On Monday, Okta detailed the results of a forensic investigation it had commissioned from a third party, which it says was completed this week. But some are calling for Okta to give a fuller account of the impact of the incident.
In a blog post, David Bradbury, CSO at Okta, says:
"In January, Okta detected an unsuccessful attempt to compromise the account of a customer support engineer working for a third-party provider. As part of our regular procedures, we alerted the provider to the situation, while simultaneously terminating the user's active Okta sessions and suspending the individual's account. Following those actions, we shared pertinent information (including suspicious IP addresses) to supplement their investigation, which was supported by a third-party forensics firm.
"Following the completion of the service provider's investigation, we received a report from the forensics firm this week. The report highlighted that there was a five-day window of time between Jan. 16 to 21, where an attacker had access to a support engineer's laptop. This is consistent with the screenshots that we became aware of yesterday.
"The potential impact to Okta customers is limited to the access that support engineers have. These engineers are unable to create or delete users, or download customer databases. Support engineers do have access to limited data - for example, Jira tickets and lists of users - that were seen in the screenshots. Support engineers are also able to facilitate the resetting of passwords and MFA factors for users, but are unable to obtain those passwords."

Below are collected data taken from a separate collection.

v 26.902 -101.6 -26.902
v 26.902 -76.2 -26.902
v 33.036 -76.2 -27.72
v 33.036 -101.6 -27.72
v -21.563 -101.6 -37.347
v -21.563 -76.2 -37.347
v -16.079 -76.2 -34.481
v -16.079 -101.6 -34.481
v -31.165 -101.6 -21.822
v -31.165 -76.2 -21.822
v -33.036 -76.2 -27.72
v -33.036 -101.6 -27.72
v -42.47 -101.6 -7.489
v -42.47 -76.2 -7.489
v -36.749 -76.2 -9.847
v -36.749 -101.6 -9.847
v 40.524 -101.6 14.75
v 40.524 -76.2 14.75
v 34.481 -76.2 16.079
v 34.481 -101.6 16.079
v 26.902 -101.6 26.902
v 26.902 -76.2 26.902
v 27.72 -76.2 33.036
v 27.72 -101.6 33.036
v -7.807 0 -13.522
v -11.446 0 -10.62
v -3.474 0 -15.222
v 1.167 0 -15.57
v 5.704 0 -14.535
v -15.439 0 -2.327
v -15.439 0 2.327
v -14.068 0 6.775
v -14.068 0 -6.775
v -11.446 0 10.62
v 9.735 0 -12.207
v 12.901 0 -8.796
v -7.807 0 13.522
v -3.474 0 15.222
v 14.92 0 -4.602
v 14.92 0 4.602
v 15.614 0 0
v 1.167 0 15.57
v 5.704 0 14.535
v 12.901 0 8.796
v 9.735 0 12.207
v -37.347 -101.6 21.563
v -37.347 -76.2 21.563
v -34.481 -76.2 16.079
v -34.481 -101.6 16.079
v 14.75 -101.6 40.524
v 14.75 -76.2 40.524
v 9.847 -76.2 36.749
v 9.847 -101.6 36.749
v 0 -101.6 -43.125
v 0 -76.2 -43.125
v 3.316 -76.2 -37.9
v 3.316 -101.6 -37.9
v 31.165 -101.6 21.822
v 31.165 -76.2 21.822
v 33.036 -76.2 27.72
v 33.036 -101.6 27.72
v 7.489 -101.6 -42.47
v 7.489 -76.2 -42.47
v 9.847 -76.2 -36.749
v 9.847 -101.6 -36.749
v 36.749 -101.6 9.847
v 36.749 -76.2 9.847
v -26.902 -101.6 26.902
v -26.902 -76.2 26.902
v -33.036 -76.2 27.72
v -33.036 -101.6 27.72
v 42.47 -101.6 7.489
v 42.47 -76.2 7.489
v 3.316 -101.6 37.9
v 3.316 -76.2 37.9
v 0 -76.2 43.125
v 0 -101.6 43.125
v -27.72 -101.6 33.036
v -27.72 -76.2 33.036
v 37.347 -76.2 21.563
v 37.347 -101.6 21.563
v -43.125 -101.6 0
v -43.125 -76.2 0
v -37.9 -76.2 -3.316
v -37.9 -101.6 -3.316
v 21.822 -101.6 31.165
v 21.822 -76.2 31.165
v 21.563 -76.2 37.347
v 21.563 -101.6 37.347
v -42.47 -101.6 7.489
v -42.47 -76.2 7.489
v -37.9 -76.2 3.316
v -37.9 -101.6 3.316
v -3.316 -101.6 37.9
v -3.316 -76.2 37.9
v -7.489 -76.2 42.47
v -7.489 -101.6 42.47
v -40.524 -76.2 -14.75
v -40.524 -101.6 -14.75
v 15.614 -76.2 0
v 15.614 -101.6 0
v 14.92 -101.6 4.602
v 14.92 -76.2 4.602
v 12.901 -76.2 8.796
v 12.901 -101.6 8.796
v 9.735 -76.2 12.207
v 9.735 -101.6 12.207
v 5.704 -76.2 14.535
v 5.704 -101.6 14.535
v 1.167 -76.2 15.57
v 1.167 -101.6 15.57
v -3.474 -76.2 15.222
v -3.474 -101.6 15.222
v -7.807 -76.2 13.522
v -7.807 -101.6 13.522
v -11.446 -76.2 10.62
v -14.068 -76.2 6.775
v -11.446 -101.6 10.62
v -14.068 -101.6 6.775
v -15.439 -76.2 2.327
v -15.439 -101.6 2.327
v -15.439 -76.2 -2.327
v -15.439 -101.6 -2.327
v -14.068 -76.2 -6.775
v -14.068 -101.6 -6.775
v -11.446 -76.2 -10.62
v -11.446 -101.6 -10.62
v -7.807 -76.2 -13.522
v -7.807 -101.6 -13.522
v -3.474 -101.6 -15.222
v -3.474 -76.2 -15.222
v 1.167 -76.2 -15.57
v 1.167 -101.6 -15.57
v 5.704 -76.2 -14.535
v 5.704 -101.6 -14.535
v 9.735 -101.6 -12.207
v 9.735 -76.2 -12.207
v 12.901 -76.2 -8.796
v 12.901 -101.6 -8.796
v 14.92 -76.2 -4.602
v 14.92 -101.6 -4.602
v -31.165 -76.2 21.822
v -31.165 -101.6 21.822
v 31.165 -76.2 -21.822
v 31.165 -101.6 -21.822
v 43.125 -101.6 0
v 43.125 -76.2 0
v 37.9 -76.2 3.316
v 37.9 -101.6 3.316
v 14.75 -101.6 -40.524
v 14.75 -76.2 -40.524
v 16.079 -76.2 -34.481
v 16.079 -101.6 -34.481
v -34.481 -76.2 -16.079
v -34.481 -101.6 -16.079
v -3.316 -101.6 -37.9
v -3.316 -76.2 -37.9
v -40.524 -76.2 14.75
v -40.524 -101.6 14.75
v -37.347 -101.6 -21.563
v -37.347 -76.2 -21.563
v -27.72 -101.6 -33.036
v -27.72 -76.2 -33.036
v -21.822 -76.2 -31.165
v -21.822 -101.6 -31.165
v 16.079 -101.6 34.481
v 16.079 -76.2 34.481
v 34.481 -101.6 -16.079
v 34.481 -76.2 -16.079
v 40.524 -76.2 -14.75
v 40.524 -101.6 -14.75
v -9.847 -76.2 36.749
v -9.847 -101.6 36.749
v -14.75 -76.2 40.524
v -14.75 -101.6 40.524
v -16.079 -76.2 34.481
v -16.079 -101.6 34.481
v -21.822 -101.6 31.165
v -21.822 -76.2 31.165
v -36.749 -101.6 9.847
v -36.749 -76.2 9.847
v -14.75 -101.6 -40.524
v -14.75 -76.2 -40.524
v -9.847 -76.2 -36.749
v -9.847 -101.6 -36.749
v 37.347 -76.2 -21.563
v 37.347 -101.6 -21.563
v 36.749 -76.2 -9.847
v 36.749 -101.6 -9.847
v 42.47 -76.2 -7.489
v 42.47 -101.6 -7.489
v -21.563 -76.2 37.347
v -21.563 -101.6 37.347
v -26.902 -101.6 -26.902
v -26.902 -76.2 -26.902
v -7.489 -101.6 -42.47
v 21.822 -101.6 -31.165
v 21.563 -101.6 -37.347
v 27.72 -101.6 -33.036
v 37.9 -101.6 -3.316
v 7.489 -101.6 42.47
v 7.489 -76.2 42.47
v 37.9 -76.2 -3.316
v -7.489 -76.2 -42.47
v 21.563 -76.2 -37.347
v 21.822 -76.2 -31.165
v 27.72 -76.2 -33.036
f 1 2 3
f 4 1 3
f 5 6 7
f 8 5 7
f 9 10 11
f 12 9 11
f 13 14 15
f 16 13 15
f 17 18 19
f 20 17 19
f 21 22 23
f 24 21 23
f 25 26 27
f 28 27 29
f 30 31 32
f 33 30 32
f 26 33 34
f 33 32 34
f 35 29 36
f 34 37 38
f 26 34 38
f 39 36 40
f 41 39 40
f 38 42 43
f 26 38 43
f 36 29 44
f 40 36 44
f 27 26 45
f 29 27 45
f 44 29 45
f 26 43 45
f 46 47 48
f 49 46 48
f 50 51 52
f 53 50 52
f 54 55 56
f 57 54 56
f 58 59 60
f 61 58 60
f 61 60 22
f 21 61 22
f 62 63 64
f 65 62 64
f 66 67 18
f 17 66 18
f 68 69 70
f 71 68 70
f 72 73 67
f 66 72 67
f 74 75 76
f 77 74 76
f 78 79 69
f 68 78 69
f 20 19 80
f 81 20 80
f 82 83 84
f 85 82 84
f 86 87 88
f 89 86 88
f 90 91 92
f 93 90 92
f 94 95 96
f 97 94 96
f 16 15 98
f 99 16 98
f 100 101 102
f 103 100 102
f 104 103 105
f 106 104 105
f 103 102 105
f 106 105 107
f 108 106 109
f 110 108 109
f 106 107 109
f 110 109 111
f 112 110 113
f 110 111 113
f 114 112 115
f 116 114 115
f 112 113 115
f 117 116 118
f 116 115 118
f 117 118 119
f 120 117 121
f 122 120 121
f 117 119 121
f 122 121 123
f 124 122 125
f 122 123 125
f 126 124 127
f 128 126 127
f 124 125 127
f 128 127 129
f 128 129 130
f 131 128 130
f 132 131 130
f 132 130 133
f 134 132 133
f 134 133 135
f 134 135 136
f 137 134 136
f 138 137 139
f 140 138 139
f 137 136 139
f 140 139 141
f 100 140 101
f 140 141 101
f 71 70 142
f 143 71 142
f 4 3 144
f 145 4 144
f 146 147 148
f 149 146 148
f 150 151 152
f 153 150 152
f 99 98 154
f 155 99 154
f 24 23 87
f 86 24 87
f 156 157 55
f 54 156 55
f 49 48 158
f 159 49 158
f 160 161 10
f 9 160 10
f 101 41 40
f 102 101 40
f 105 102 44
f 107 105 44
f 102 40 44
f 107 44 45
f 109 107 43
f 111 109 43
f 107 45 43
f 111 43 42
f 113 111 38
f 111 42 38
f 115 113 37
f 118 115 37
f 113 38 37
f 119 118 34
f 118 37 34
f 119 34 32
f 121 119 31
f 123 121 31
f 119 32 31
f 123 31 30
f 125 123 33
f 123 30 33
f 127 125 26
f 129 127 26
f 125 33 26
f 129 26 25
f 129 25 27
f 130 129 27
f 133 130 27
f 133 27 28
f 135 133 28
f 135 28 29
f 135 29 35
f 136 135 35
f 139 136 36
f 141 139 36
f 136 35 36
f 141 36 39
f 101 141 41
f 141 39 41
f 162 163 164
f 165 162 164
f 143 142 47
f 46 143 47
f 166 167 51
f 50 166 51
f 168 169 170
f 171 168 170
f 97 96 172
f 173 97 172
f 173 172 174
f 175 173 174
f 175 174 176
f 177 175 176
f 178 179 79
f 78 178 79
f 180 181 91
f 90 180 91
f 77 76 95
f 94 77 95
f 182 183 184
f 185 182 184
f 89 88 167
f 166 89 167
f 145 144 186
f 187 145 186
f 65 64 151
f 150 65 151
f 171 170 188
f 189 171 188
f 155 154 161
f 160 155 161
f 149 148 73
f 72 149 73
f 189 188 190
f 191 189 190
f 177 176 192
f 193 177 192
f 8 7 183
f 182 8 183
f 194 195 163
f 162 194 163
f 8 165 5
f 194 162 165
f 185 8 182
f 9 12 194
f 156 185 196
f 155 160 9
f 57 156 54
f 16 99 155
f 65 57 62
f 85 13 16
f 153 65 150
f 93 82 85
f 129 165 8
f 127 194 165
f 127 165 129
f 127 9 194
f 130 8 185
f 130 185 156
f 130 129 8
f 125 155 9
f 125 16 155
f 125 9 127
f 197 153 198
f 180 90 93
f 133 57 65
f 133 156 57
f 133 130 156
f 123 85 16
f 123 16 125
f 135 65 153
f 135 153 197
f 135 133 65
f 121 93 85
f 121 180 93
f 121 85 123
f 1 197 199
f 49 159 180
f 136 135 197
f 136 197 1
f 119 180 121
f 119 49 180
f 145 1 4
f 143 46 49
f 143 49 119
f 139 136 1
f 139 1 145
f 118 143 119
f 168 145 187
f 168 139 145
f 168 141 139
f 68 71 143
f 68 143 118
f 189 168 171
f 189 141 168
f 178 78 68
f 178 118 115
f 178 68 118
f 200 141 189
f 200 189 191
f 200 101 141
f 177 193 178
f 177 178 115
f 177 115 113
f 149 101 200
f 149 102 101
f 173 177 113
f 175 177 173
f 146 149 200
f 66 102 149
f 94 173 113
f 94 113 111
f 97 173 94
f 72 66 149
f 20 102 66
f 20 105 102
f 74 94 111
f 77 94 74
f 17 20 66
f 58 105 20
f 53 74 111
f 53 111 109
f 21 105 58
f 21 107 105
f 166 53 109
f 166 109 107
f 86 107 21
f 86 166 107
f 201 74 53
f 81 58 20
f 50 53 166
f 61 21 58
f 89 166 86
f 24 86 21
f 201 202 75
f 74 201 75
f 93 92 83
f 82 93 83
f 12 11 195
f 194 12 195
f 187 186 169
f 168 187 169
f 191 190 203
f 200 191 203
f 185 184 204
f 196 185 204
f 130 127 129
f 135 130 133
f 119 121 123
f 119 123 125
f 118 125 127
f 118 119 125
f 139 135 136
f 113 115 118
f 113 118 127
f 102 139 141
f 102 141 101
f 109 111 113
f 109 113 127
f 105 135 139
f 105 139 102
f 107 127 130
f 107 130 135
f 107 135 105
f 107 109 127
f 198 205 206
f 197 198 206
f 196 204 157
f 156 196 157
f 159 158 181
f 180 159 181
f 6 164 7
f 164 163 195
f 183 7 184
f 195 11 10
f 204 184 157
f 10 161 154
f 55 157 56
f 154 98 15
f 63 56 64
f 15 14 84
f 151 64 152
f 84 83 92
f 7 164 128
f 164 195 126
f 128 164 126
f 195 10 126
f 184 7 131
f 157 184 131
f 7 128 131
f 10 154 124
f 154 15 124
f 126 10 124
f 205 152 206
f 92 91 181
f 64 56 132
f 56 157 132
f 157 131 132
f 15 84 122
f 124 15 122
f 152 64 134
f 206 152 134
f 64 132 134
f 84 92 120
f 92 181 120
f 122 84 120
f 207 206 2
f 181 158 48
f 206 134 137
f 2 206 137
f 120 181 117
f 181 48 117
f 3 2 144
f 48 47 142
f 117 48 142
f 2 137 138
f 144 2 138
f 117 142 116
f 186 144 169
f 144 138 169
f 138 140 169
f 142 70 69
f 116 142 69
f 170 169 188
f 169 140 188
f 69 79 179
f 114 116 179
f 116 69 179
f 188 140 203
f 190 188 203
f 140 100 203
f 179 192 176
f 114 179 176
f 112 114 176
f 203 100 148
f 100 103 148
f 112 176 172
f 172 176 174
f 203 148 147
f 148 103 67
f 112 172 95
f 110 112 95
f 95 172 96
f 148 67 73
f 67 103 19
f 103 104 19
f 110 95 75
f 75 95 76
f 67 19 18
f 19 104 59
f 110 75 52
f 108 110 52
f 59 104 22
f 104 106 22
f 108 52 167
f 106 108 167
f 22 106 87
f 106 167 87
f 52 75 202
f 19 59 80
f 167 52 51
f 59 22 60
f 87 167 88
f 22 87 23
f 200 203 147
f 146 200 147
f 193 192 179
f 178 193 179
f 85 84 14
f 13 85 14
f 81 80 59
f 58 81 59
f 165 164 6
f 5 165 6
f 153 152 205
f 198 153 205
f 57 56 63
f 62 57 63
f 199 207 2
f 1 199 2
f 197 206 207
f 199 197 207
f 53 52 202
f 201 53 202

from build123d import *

# Parameters (mm, degrees)
F0_R            = 15.6138441185
F1_DEPTH        = 101.6
F2_R            = 38.0450416099
F2_R_2          = 15.6138441185
F3_DEPTH        = 25.4
F5_DEPTH        = 25.4
F5_COPIES_COUNT = 36


# Not quite as in the source:
# - a pattern or mirror of a feature is missing from the dataset's text; its kind, count and spacing are read off the source's solid


with BuildPart() as f1:
    # F0 (on Front) → F1 (new body)
    with BuildSketch(Plane.XZ):
        Circle(F0_R)
    extrude(amount=F1_DEPTH)


with BuildPart() as f3:
    # F2 (on face) → F3 (new body)
    with BuildSketch(Plane.XZ.offset(101.6)):
        Circle(F2_R)
        Circle(F2_R_2, mode=Mode.SUBTRACT)
    extrude(amount=-F3_DEPTH)

    # F4 (on face) → F5 (join, through all)
    with BuildSketch(Plane.XZ.offset(101.6)):
        with BuildLine():
            Line((0, 43.1250416099), (-3.3158438594, 37.9002687404))
            ThreePointArc((-3.3158438594, 37.9002687404), (0, 38.0450416099), (3.3158438594, 37.9002687404))
            Line((3.3158438594, 37.9002687404), (0, 43.1250416099))
        make_face()
    f5 = extrude(amount=-F5_DEPTH)

    # F5_copies: F5 ×36 about axis
    f5_copies_axis = Axis((0, 0, 0), (0, 1, 0))
    for i in range(1, F5_COPIES_COUNT):
        add(f5.rotate(f5_copies_axis, i * 360 / F5_COPIES_COUNT))


solid = Compound([f1.part, f3.part])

Okta says its investigation remains ongoing.
Lapsus$, in an updated statement posted at 6:31 p.m., PDT on Tuesday, refuted some of Okta's statements.
Saying that the compromise attempt was indeed successful, the threat actor says: "Logged in to superuser portal with the ability to reset the Password and MFA of ~95% of clients isn't successful?" Further debasing the company, the threat actor says that "for a company that supports zero trust, support engineers seem to have excessive access to Slack…," adding that it was also "rather a bad security practice to store AWS keys in Slack channels."
Addressing Okta's statement that the potential impact of the breach was limited, the threat actor says: "I'm pretty certain resetting passwords and MFA would result in complete compromise of many clients systems."
Executive Editors Mathew Schwartz and Jeremy Kirk contributed to this story.
The story has been updated to include new statements from Okta, Microsoft, Lapsus$ and Atlassian.